Directions: Among the entries below, please repeat exactly and only the lines from the line containing "f 505 507 454" to the line containing "f 474 318 320", both lines included.

Stored data:
○ ○ ○ ○ ○

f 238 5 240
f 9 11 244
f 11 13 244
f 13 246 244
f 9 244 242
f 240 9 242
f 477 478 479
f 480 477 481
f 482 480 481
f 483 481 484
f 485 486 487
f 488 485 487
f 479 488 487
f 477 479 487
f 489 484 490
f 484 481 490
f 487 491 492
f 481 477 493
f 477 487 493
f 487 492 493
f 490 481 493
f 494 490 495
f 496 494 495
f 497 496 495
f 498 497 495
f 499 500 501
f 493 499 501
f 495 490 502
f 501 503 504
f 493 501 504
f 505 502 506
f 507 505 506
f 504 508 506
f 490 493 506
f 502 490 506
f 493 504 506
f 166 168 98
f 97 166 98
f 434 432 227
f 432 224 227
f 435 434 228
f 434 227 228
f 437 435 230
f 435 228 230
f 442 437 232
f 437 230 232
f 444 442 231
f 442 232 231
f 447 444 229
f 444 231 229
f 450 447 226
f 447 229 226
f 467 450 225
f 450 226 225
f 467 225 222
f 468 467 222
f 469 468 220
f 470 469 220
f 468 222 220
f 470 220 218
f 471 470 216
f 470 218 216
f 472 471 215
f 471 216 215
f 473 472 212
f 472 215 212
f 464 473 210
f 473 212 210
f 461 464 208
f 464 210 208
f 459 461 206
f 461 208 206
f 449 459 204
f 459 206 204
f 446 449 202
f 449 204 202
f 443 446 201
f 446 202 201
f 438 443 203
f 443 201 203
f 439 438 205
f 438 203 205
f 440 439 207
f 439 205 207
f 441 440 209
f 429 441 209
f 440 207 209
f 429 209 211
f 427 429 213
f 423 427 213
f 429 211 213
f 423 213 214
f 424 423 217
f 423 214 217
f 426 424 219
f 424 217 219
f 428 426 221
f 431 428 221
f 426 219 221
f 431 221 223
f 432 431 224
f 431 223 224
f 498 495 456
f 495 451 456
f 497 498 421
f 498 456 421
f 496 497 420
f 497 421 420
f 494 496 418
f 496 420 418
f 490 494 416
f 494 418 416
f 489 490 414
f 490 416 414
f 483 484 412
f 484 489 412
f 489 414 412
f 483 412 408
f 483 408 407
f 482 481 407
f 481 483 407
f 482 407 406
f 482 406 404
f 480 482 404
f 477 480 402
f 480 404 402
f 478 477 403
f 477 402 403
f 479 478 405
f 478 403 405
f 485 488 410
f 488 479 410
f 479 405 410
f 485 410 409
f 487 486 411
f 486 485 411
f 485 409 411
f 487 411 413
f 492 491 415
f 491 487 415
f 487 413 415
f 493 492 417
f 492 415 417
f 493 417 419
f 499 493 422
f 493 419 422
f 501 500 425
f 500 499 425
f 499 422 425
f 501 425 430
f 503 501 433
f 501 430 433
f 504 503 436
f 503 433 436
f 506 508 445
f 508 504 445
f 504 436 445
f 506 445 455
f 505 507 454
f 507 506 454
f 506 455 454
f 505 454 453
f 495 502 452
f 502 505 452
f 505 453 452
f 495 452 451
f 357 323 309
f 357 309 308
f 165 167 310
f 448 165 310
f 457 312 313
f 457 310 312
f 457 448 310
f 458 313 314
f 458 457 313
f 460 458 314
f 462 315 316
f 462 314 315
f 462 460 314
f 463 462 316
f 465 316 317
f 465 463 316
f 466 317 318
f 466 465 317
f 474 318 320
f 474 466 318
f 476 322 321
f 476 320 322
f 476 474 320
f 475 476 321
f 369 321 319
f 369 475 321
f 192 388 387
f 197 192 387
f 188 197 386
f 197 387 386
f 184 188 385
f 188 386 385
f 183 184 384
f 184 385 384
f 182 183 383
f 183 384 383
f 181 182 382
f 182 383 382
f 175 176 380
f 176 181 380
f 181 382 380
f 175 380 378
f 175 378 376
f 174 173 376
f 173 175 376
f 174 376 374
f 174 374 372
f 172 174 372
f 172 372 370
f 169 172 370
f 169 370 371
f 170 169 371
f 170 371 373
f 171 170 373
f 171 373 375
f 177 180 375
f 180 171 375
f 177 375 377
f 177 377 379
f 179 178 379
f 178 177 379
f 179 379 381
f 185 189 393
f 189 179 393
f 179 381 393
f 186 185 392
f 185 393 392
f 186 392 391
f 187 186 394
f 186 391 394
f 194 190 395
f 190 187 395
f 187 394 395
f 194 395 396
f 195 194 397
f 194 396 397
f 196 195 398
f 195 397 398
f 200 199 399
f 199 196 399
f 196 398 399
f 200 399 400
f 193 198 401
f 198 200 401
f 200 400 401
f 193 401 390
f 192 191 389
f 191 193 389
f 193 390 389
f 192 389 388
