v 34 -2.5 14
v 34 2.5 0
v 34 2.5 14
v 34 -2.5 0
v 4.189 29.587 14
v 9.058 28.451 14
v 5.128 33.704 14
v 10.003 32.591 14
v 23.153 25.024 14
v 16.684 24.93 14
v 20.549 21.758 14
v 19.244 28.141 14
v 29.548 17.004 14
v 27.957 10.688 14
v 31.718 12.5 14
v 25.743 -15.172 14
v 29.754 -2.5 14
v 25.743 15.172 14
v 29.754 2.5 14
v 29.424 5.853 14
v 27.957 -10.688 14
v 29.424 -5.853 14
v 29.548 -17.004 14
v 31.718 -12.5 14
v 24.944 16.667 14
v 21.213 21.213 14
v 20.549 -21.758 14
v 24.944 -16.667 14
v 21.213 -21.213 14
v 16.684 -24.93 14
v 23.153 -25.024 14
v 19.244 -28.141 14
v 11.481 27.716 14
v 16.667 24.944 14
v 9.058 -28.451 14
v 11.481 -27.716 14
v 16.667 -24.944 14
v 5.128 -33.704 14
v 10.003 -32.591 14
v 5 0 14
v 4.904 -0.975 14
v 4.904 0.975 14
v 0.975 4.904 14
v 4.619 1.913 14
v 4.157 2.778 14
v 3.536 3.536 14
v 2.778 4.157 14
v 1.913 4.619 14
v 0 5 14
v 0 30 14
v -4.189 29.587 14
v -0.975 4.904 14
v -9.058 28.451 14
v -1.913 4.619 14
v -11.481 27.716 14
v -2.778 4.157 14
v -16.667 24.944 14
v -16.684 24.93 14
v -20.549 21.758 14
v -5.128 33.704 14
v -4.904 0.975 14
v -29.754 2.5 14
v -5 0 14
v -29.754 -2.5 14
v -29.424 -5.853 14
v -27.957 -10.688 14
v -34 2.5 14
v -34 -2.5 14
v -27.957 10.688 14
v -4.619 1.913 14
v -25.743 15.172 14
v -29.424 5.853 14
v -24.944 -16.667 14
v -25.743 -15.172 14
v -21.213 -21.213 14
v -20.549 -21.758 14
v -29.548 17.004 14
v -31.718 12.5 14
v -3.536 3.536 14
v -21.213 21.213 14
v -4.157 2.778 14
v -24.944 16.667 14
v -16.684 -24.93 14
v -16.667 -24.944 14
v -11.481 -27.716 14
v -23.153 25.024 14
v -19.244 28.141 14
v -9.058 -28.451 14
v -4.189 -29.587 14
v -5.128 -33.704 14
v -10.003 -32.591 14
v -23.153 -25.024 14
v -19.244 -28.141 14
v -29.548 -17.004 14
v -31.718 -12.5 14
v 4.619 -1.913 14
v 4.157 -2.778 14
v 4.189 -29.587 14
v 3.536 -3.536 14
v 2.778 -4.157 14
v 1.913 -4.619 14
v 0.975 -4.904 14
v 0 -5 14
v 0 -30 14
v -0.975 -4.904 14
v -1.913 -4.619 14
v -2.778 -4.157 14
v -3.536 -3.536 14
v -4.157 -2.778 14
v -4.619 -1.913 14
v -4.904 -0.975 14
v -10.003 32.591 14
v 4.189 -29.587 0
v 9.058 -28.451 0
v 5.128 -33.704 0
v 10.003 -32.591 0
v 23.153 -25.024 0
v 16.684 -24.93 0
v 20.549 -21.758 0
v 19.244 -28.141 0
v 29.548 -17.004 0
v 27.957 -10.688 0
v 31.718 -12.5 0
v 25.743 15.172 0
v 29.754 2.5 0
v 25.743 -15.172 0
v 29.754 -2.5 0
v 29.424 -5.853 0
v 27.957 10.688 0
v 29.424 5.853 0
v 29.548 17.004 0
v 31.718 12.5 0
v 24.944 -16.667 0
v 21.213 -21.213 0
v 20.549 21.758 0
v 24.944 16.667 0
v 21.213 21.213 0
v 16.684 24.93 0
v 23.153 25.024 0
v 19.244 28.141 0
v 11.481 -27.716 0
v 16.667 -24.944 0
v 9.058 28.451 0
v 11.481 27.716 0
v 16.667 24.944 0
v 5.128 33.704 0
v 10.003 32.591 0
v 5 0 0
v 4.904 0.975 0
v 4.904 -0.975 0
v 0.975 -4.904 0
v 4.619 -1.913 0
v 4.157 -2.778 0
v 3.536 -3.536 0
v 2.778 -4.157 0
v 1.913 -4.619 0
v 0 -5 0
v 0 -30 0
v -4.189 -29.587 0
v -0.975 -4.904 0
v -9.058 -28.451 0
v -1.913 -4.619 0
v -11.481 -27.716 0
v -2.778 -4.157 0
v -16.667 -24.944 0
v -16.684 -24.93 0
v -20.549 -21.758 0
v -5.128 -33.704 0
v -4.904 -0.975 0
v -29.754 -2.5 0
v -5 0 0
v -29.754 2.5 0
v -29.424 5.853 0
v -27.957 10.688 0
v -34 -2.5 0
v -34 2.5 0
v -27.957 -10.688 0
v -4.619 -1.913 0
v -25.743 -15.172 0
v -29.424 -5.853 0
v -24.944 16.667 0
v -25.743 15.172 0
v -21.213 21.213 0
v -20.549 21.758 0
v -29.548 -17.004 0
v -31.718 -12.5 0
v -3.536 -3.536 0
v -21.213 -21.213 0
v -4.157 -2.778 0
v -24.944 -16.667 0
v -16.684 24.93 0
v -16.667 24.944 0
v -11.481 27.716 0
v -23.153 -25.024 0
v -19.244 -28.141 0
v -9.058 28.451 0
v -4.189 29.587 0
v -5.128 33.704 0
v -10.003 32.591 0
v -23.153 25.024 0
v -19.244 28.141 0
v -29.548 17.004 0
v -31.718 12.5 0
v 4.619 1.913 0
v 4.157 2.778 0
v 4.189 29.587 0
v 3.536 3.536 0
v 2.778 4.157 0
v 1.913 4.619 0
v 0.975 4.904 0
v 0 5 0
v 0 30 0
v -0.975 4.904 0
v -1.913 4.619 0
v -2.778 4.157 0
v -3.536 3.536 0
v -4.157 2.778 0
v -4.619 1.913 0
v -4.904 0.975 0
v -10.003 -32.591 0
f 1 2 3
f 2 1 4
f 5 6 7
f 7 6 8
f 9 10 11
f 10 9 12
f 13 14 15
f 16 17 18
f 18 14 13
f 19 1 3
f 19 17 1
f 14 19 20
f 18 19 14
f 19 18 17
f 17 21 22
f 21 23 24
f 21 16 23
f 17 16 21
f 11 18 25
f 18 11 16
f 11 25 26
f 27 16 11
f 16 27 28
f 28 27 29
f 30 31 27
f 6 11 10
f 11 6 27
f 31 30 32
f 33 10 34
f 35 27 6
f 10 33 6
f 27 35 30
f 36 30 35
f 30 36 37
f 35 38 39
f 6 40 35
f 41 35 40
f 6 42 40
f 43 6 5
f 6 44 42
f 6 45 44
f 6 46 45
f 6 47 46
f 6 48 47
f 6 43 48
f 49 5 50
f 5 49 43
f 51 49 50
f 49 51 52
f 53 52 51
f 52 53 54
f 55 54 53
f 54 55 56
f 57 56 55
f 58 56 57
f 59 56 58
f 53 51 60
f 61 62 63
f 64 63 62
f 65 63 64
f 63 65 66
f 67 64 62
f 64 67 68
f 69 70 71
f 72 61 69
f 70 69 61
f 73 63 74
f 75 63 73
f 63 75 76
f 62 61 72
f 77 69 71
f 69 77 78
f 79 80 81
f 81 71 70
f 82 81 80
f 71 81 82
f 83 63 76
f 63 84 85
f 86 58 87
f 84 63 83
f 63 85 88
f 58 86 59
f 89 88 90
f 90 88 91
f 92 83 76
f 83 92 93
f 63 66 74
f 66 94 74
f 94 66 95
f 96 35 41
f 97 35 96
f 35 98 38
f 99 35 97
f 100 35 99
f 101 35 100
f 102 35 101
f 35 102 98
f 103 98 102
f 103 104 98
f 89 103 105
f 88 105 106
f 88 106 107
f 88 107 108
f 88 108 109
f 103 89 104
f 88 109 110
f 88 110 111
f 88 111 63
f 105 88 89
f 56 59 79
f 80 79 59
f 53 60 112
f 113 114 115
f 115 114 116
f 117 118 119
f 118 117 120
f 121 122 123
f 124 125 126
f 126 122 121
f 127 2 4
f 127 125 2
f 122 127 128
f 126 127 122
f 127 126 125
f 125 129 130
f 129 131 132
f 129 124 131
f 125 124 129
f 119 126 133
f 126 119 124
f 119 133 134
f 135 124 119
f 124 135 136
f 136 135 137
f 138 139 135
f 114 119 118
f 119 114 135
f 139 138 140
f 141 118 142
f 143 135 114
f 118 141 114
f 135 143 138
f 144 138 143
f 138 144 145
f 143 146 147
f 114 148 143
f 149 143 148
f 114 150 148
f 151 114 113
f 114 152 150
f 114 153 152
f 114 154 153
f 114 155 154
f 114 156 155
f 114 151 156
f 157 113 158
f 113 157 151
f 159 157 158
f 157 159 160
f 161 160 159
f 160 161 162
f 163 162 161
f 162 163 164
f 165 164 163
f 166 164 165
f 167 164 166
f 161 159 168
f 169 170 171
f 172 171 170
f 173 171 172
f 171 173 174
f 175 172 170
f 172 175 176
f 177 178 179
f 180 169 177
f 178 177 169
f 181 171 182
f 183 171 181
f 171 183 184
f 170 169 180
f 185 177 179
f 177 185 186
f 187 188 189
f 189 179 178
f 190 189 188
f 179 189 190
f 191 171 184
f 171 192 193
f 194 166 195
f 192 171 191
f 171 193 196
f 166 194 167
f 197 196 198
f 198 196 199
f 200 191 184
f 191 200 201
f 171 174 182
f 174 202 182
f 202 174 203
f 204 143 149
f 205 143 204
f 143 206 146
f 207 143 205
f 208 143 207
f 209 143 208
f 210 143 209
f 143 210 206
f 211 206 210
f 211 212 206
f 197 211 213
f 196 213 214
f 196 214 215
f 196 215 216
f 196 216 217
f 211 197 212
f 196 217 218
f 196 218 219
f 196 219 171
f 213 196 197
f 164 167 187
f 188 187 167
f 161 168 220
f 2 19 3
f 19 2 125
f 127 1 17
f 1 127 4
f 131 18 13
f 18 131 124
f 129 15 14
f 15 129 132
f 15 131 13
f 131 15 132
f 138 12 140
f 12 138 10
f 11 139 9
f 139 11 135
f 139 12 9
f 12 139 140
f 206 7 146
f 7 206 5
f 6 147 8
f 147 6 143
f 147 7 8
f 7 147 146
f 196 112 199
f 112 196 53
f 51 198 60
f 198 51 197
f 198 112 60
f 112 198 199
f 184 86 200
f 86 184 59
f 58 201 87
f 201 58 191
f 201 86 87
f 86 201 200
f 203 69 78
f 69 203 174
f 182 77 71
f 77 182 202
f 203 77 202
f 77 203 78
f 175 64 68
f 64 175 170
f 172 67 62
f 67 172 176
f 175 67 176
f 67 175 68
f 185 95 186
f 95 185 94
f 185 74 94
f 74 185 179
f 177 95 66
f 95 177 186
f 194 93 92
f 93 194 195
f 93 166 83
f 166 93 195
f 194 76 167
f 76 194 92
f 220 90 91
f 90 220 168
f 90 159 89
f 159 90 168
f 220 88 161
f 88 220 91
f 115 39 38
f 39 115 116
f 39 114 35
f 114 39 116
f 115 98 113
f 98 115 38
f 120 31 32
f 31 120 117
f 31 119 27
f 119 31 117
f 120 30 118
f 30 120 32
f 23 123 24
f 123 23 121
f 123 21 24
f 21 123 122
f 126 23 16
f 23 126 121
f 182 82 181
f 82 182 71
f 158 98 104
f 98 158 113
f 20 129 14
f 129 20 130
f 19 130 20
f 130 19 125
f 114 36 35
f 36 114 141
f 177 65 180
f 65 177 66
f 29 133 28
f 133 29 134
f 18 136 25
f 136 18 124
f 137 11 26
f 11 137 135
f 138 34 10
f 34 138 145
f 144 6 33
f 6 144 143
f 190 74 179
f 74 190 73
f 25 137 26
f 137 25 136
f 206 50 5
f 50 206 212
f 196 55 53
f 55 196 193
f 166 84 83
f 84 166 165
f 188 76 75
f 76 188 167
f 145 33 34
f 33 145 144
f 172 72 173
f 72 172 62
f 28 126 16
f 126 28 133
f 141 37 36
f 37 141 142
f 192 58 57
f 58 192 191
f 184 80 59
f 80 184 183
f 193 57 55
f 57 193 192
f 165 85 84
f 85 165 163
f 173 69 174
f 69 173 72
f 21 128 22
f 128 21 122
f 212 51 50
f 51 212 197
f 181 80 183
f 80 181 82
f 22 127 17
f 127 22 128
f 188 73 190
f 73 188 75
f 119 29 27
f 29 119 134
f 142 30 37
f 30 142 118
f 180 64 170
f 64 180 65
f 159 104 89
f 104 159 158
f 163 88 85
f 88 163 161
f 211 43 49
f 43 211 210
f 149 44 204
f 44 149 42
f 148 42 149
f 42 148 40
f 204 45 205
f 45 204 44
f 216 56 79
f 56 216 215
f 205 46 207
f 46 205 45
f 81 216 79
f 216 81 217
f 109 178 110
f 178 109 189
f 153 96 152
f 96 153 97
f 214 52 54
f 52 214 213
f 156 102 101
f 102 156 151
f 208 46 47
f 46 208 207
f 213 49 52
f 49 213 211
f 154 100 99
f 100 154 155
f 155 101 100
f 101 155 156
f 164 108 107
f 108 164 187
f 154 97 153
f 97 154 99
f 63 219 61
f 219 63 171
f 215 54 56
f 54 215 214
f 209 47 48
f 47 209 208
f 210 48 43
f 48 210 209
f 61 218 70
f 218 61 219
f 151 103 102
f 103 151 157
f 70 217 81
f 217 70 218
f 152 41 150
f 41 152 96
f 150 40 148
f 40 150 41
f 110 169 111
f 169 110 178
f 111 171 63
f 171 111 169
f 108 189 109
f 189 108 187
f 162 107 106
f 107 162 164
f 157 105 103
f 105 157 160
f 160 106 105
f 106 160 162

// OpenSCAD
$fn = 32;

// ----------------------------------------------------------------------
// Spur blank: bored gear blank
// ----------------------------------------------------------------------

// --- parameters (mm) ---
disc_r = 30;              // blank root radius
disc_t = 14;              // blank thickness
n_teeth = 14;             // stub tooth count
tooth_w = 5;              // tooth width at the root
tooth_h = 4;              // tooth height above the root
bore_r = 5;               // central bore radius

out_r = disc_r + tooth_h;  // tip radius
bbox_x = 68.0;  // measured width over the teeth
bbox_y = 67.41;  // measured depth over the teeth

difference() {
union() {
  cylinder(r = disc_r, h = disc_t);
  for (i = [0 : n_teeth - 1])
    rotate([0, 0, i * 360 / n_teeth])
      translate([disc_r - 1, -tooth_w / 2, 0])
        cube([tooth_h + 1, tooth_w, disc_t]);
}
  translate([0, 0, -1]) cylinder(r = bore_r, h = disc_t + 2);
}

○ ○ ○ ○ ○

Your solution:
f 505 507 454
f 507 506 454
f 506 455 454
f 505 454 453
f 495 502 452
f 502 505 452
f 505 453 452
f 495 452 451
f 357 323 309
f 357 309 308
f 165 167 310
f 448 165 310
f 457 312 313
f 457 310 312
f 457 448 310
f 458 313 314
f 458 457 313
f 460 458 314
f 462 315 316
f 462 314 315
f 462 460 314
f 463 462 316
f 465 316 317
f 465 463 316
f 466 317 318
f 466 465 317
f 474 318 320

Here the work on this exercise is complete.